=== WHAT YOU HAVE TO DO ===
What lines of the data below hold the string "normal"? Copy each one.

[Data excerpts]
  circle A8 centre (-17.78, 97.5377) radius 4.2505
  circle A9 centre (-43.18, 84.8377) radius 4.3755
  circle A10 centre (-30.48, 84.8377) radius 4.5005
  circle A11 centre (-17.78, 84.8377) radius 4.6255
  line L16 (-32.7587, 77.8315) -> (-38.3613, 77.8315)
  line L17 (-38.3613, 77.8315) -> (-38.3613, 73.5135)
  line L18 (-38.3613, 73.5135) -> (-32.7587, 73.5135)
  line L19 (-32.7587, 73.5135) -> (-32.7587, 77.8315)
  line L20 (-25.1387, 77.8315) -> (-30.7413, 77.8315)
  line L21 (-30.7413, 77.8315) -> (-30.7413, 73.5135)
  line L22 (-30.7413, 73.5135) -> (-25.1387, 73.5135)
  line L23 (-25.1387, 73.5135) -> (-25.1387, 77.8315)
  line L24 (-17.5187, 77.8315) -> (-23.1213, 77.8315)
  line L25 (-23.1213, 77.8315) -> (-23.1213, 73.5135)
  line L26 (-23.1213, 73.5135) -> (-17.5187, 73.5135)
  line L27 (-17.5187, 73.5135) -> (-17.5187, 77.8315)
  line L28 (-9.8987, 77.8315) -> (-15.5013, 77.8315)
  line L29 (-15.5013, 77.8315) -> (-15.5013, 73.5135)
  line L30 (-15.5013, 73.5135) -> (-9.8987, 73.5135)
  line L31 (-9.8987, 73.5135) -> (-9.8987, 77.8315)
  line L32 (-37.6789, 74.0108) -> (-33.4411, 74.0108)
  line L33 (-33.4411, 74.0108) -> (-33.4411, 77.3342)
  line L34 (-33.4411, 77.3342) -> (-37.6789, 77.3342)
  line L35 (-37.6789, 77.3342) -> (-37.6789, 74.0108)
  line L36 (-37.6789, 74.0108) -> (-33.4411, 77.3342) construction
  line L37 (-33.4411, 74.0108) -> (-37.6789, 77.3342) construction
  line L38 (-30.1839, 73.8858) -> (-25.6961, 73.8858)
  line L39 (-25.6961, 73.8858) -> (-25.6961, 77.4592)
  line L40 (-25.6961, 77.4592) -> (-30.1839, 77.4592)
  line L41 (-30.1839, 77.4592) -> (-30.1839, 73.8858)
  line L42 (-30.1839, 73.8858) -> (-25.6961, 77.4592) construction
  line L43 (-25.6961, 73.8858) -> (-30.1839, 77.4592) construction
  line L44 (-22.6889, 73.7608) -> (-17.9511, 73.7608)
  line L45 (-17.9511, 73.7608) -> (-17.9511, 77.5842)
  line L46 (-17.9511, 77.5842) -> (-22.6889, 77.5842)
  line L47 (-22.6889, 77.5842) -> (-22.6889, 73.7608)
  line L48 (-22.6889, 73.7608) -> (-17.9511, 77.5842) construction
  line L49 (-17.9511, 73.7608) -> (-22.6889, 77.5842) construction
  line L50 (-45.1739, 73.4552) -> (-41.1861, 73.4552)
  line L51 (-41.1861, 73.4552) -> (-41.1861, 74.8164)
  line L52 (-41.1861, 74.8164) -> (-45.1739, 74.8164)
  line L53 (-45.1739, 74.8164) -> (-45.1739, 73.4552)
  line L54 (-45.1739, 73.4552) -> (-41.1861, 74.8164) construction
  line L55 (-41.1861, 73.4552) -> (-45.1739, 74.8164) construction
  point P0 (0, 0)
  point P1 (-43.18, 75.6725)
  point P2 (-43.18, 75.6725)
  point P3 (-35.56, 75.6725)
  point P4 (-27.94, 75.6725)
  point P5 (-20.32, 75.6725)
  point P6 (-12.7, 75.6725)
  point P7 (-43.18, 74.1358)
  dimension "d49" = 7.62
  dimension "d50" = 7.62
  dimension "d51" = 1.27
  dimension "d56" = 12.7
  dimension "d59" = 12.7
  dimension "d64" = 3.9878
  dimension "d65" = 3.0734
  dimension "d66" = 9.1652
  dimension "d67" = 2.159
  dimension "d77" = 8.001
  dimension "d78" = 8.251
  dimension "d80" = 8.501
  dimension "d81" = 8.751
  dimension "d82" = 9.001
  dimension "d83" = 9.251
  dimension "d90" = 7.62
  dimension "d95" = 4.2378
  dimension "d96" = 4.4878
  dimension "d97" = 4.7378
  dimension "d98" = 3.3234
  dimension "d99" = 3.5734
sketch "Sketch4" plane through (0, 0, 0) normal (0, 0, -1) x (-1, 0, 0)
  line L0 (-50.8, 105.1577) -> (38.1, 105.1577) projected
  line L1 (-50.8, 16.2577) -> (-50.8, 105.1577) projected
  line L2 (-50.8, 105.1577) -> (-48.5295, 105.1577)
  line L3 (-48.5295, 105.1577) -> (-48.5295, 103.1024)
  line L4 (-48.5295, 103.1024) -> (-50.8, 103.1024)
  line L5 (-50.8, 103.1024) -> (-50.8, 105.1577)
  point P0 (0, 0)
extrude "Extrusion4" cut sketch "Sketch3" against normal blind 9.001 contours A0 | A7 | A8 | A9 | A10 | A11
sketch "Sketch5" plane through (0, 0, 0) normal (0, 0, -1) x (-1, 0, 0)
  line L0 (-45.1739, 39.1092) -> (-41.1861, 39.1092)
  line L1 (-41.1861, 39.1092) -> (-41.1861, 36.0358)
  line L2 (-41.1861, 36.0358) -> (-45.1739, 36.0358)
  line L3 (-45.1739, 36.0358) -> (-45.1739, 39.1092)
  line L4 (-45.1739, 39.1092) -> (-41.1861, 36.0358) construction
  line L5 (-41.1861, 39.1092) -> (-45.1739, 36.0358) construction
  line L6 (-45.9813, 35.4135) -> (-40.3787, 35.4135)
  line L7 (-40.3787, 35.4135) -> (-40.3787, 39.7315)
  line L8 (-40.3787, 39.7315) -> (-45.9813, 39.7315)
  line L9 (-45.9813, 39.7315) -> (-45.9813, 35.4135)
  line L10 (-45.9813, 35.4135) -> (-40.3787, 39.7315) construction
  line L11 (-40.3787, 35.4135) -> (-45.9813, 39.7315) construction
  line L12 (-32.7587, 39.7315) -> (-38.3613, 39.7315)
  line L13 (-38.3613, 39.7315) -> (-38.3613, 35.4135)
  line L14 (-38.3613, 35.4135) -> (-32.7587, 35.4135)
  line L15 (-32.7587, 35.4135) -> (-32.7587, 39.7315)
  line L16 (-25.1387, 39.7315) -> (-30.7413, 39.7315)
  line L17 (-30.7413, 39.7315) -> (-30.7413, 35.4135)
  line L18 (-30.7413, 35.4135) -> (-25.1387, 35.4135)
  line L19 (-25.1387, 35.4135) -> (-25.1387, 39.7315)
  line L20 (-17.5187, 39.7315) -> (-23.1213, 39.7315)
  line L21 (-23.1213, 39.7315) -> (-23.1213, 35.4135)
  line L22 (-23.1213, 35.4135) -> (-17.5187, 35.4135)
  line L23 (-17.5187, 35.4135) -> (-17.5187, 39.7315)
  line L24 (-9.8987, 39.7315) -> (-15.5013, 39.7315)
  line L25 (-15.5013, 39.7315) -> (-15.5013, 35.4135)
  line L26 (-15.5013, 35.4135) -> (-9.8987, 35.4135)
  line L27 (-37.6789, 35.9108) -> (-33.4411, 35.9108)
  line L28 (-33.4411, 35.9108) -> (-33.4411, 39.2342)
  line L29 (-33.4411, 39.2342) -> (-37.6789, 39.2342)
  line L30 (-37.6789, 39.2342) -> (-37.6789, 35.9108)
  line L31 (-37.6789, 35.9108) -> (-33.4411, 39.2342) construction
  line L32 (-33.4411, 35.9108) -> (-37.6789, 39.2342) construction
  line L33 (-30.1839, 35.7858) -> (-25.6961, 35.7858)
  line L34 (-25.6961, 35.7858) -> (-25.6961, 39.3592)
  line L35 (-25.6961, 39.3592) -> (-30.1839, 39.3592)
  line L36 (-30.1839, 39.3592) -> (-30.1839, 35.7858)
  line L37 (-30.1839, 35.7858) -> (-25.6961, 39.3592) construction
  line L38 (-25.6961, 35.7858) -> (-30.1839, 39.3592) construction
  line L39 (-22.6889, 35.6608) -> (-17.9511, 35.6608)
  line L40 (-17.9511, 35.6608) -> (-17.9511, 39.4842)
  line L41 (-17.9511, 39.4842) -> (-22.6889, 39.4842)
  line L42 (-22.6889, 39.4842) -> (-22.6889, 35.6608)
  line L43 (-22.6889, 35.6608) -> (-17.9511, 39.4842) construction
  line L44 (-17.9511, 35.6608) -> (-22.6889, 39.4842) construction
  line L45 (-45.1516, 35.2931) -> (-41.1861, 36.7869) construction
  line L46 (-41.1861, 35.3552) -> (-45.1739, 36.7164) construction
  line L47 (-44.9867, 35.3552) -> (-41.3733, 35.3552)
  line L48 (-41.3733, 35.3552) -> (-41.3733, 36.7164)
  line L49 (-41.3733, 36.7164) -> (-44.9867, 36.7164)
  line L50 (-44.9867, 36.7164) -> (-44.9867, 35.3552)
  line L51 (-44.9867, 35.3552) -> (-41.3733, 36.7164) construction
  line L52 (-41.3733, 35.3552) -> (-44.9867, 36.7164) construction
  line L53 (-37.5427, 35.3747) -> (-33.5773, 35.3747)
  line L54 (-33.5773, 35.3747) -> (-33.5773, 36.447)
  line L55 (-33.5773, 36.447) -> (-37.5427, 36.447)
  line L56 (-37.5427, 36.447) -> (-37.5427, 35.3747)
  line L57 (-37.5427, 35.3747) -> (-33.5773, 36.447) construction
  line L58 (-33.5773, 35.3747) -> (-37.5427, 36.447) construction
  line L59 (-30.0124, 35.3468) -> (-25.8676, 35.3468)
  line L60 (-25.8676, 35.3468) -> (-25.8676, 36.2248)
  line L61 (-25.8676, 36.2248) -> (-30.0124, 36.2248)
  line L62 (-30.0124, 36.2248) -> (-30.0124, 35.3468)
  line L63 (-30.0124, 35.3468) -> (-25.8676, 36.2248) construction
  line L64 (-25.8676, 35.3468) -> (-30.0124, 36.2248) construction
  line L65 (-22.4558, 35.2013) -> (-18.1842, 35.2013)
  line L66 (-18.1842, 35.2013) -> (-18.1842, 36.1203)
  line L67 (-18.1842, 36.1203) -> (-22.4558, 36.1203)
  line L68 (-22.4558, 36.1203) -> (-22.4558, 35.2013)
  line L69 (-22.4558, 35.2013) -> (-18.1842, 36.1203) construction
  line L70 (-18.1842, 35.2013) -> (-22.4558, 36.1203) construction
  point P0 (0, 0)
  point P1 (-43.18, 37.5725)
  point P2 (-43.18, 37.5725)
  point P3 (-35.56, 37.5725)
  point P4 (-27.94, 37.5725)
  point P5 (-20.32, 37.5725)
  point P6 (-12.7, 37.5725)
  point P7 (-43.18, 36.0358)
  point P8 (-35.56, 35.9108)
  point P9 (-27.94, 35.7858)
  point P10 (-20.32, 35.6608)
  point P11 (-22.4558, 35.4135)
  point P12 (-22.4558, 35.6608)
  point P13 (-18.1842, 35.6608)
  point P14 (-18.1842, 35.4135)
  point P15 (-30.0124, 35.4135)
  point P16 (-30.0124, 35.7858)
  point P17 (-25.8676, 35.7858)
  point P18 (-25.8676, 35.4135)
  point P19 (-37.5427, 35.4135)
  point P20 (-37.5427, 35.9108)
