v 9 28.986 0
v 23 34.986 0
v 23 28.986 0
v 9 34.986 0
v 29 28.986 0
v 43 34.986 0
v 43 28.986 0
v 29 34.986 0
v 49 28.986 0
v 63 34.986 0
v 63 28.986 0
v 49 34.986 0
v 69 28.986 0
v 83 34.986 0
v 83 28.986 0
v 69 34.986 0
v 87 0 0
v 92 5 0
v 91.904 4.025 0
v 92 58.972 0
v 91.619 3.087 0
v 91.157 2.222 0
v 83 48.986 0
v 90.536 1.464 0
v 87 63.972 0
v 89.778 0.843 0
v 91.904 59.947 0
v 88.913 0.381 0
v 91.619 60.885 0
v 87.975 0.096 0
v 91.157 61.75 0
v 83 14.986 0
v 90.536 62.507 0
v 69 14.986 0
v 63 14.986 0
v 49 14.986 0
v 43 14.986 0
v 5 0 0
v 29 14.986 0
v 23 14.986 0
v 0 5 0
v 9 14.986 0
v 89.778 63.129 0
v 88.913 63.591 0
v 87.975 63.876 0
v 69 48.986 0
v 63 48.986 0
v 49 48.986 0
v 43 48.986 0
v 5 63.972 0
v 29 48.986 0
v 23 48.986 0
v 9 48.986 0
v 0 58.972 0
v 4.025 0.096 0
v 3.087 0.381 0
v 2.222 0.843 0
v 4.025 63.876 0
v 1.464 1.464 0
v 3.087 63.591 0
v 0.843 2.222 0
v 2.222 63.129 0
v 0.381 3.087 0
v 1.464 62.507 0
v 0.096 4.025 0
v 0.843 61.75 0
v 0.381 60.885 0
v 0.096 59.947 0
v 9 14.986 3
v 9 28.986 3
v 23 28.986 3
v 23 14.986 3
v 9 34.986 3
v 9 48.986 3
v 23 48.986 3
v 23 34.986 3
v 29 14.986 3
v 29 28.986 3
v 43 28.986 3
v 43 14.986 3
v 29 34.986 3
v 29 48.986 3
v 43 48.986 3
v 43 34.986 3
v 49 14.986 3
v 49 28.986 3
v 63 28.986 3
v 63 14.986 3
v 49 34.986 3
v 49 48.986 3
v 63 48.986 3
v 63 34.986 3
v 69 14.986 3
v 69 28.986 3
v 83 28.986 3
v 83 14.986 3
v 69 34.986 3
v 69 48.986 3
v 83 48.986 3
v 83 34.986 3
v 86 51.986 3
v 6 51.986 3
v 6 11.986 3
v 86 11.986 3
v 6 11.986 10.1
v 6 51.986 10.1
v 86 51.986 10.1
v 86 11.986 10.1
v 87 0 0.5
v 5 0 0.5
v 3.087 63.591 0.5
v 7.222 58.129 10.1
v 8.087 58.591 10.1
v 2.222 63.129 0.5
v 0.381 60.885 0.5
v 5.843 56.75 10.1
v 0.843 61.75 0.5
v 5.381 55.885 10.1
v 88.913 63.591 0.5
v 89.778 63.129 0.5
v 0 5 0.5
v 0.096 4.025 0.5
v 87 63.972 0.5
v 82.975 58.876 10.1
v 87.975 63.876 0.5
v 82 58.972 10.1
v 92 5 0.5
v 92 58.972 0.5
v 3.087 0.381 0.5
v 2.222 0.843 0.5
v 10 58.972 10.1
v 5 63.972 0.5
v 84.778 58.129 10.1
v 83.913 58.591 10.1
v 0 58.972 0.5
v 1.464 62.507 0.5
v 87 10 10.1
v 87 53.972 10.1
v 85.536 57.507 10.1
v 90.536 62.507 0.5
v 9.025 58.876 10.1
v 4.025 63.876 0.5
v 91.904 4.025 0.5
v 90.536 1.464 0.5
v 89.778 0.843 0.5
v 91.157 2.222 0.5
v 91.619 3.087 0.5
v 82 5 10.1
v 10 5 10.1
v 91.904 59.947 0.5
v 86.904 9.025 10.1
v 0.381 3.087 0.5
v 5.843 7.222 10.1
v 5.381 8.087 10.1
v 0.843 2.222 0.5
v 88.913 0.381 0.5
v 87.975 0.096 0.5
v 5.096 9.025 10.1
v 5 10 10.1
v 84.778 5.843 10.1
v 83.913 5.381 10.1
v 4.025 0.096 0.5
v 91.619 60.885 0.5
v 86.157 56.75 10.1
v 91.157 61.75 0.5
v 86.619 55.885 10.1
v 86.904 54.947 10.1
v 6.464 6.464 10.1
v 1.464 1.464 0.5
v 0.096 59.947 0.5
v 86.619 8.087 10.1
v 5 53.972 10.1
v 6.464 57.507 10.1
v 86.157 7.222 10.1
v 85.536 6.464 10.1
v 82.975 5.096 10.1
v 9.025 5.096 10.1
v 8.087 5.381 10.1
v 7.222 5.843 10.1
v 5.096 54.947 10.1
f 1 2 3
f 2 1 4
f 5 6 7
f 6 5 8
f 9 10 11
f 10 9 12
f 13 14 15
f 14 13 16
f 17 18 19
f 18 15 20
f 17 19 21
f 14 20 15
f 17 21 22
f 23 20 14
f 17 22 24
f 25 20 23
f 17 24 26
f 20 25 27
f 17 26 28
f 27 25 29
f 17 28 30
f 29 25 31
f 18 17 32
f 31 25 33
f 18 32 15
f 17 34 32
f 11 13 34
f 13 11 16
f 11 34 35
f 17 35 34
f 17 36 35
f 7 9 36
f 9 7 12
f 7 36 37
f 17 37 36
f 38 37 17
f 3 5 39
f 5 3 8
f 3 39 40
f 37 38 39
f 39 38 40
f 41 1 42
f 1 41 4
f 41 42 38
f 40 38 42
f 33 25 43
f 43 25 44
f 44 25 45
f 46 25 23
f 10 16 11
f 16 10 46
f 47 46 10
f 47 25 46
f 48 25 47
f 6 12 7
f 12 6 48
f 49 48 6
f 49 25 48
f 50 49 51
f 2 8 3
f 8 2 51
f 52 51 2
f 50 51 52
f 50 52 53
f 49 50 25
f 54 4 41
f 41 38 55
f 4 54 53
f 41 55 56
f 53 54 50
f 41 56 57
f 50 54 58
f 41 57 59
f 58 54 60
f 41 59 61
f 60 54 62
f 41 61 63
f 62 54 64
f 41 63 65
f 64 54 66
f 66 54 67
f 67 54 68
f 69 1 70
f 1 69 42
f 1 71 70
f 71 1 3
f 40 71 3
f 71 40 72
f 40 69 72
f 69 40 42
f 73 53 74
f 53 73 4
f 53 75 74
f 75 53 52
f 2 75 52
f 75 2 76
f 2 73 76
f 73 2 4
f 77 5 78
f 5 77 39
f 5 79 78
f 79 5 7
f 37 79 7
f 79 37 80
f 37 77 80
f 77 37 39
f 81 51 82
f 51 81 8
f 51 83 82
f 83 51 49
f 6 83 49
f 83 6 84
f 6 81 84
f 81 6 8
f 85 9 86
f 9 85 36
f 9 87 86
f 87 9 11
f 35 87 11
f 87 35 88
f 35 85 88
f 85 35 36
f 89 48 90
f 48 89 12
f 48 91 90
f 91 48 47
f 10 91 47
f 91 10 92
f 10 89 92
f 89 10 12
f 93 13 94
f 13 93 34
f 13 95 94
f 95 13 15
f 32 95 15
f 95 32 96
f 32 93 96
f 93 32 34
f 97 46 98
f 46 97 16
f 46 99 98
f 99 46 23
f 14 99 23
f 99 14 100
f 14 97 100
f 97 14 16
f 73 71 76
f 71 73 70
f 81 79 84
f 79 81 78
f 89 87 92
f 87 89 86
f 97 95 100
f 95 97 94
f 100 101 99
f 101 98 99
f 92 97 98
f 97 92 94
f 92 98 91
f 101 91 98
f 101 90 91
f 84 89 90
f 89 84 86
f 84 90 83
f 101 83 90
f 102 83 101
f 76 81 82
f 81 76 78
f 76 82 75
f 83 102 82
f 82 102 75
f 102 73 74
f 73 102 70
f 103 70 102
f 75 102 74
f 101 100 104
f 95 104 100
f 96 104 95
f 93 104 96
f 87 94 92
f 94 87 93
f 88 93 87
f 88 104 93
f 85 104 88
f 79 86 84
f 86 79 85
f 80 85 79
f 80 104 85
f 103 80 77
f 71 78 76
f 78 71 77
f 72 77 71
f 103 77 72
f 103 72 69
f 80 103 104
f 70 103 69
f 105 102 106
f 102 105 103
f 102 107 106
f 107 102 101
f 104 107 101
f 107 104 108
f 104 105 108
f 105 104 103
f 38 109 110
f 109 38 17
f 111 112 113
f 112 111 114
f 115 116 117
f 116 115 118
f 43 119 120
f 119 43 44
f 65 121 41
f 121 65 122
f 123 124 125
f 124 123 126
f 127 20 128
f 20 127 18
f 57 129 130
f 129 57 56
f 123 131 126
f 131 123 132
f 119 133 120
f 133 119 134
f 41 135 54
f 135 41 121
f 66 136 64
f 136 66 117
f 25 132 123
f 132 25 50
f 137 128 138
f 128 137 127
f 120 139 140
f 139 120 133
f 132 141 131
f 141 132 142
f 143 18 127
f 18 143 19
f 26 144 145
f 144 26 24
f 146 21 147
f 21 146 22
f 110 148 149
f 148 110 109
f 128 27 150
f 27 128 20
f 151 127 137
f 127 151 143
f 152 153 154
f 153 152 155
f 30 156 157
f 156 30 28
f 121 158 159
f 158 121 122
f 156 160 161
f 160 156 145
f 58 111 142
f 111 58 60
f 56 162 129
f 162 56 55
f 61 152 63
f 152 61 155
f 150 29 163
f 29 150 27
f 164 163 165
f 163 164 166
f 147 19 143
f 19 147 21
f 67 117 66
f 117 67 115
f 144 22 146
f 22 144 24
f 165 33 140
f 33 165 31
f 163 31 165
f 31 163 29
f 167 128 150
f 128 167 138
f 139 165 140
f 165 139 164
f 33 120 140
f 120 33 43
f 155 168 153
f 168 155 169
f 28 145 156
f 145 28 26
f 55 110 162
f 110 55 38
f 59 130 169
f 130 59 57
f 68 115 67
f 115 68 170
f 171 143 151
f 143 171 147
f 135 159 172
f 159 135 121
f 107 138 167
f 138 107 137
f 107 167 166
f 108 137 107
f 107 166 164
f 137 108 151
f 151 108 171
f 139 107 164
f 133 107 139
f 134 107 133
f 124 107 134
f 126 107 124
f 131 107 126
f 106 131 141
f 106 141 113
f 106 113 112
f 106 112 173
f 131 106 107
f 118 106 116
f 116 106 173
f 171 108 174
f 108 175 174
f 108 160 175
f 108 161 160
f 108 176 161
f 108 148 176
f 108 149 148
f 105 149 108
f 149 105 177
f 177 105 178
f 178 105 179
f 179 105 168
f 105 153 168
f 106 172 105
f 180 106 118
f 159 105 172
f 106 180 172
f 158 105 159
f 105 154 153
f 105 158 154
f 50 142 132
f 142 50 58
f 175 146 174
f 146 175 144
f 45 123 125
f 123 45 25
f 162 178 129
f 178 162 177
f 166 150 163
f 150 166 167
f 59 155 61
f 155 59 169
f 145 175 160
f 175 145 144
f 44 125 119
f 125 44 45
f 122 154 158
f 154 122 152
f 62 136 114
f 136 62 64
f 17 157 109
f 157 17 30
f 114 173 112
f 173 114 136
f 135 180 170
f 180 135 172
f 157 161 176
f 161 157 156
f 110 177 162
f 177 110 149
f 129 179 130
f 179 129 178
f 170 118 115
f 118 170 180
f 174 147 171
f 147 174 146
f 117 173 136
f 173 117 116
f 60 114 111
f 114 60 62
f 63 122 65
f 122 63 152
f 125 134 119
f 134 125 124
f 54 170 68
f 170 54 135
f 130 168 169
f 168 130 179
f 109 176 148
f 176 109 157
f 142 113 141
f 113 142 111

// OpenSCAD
// constants/measurements

$fn = 32;

pi3_width = 85;
pi3_height = 56;

pi3_ether_inset = 37;
pi3_ether_height = 14;
pi3_ether_width = 16.5;
pi3_usb_width = 16;
pi3_usb_height = 17;
pi3_usb1_inset = 1;
pi3_usb2_inset = 18.5;
pi3_sd_width = 16;
pi3_sd_inset = 20;
pi3_sd_height = 3;
pi3_audio_inset = 28;
pi3_audio_width = 7.5;
pi3_audio_height = 7;
pi3_hdmi_inset = 45;
pi3_hdmi_width = 17;
pi3_hdmi_height = 7;
pi3_power_inset = 69;
pi3_power_width = 12;
pi3_power_height = 7;

pi3_standoff_x1 = 23.5;
pi3_standoff_x2 = 81.5;
pi3_standoff_y1 = 3.5;
pi3_standoff_y2 = 52.5;

standoff_width = 5;
standoff_height = 20;
standoff_inset = 1;

switch_well_width = 14;
switch_well_depth = 6;
switch_footprint_depth = 7;
switch_footprint_width = 20;

top_angle = 10; // degrees
plate_upset = standoff_height;
case_underlap = 3;
breathing_room = 2;
wall_thickness = 1.5;
outer_radius = 5;
//cutout_radius = 1;
bevel = 5;

rows = 2;
cols = 4;

// actual output

//translate([0, 0, plate_upset]) rotate([top_angle, 0, 0])
    switchplate();
//pi_housing();

// modules

module rounded_rect(w, h, r) {
    minkowski() {
        circle(r);
        translate([r,r,0]) square([w-2*r, h-2*r]);
    }
}

module pi_housing() {
    housing_width = pi3_width + 2*(breathing_room + wall_thickness);
    housing_height = pi3_height + 2*(breathing_room + wall_thickness);
    housing_depth = case_underlap + plate_upset + housing_height*sin(top_angle);
    
    ct = (breathing_room + wall_thickness) * 3; // cutout_thickness
    ch = ct / 2; // cutout_thickness_half
    
    difference() {
        // base
        translate([0, 0, -case_underlap])
            linear_extrude(0, 0, housing_depth)
                rounded_rect(housing_width, housing_height, outer_radius);
        // chop off the top
        translate([0, 0, plate_upset])
            rotate([top_angle, 0, 0])
                linear_extrude(0, 0, housing_width)
                    square(housing_width);
        // cut out the inside
        translate([wall_thickness, wall_thickness, -case_underlap])
            linear_extrude(0, 0, housing_width)
                rounded_rect(housing_width - 2*wall_thickness, housing_height - 2*wall_thickness, outer_radius - wall_thickness);
        // cutouts for side access
        translate([wall_thickness + breathing_room, wall_thickness + breathing_room, 0]) union() {
            // ethernet + usb (left side)
            translate([-ch, pi3_usb1_inset, 0])
                linear_extrude(0, 0, pi3_usb_height)
                    square([ct, pi3_usb_width]);
            translate([-ch, pi3_usb2_inset, 0])
                linear_extrude(0, 0, pi3_usb_height)
                    square([ct, pi3_usb_width]);
            translate([-ch, pi3_ether_inset, 0])
                linear_extrude(0, 0, pi3_ether_height)
                    square([ct, pi3_ether_width]);
            // audio + hdmi + power (top side)
            translate([0, pi3_height - ch, 0]) union() {
                translate([pi3_audio_inset, 0, 0])
                    linear_extrude(0, 0, pi3_audio_height)
                        square([pi3_audio_width, ct]);
                translate([pi3_hdmi_inset, 0, 0])
                    linear_extrude(0, 0, pi3_hdmi_height)
                        square([pi3_hdmi_width, ct]);
                translate([pi3_power_inset, 0, -case_underlap])
                    linear_extrude(0, 0, pi3_power_height)
                        square([pi3_power_width, ct]);
            }
            // sd (right side)
            translate([pi3_width - ch, pi3_sd_inset, -case_underlap])
                linear_extrude(0, 0, pi3_sd_height)
                    square([ct, pi3_sd_width]);
        }
    }
    
    // internal standoffs
    translate([wall_thickness + breathing_room, wall_thickness, 0])
        linear_extrude(0, 0, standoff_height) union() {
            translate([pi3_standoff_x1 - standoff_width/2, pi3_standoff_y1 - standoff_width/2 - standoff_inset, 0]) square([standoff_width, standoff_width + standoff_inset + breathing_room]);
            translate([pi3_standoff_x2 - standoff_width/2, pi3_standoff_y1 - standoff_width/2 - standoff_inset, 0]) square([standoff_width + standoff_inset + breathing_room, standoff_width + standoff_inset + breathing_room]);
            translate([pi3_standoff_x2 - standoff_width/2, pi3_standoff_y2 - standoff_width/2 + breathing_room, 0]) square([standoff_width + standoff_inset + breathing_room, standoff_width + standoff_inset + breathing_room]);
            translate([pi3_standoff_x1 - standoff_width/2, pi3_standoff_y2 - standoff_width/2 + breathing_room, 0]) square([standoff_width, standoff_width + standoff_inset + breathing_room]);
        }
}

module switchplate() {
    plate_width = pi3_width + 2*(breathing_room + wall_thickness);
    plate_height = (pi3_height + 2*(breathing_room + wall_thickness)) / cos(top_angle);
    plate_thickness = bevel*2;
    
    difference () {
        hull() {
            linear_extrude(0, 0, 0.5)
                rounded_rect(plate_width, plate_height, outer_radius);
            translate([bevel, bevel, plate_thickness])
                linear_extrude(0, 0, 0.1)
                    rounded_rect(plate_width - 2*bevel, plate_height - 2*bevel, outer_radius);
        }
        translate([
                (plate_width -(cols * switch_footprint_width))/2,
                (plate_height-(rows * switch_footprint_width))/2,
            0]) union() {
            for (x = [0:1:cols-1]) {
                for (y = [0:1:rows-1]) {
                    linear_extrude(0, 0, plate_thickness + 1)
                        translate([
                                x*switch_footprint_width + (switch_footprint_width - switch_well_width)/2,
                                y*switch_footprint_width + (switch_footprint_width - switch_well_width)/2,
                            0])
                            square(switch_well_width);
                }
            }
            translate([0,0,plate_thickness - switch_footprint_depth])
                linear_extrude(0, 0, switch_footprint_depth+1)
                    square([cols * switch_footprint_width, rows * switch_footprint_width]);
        }
    }
}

=== ANSWER SECTION ===
sketch "Sketch4" plane through (0, 0, 0) normal (0, 0, -1) x (-1, 0, 0)
extrude "Extrusion4" cut sketch "Sketch3" against normal blind 9.001 contours A0 | A7 | A8 | A9 | A10 | A11
sketch "Sketch5" plane through (0, 0, 0) normal (0, 0, -1) x (-1, 0, 0)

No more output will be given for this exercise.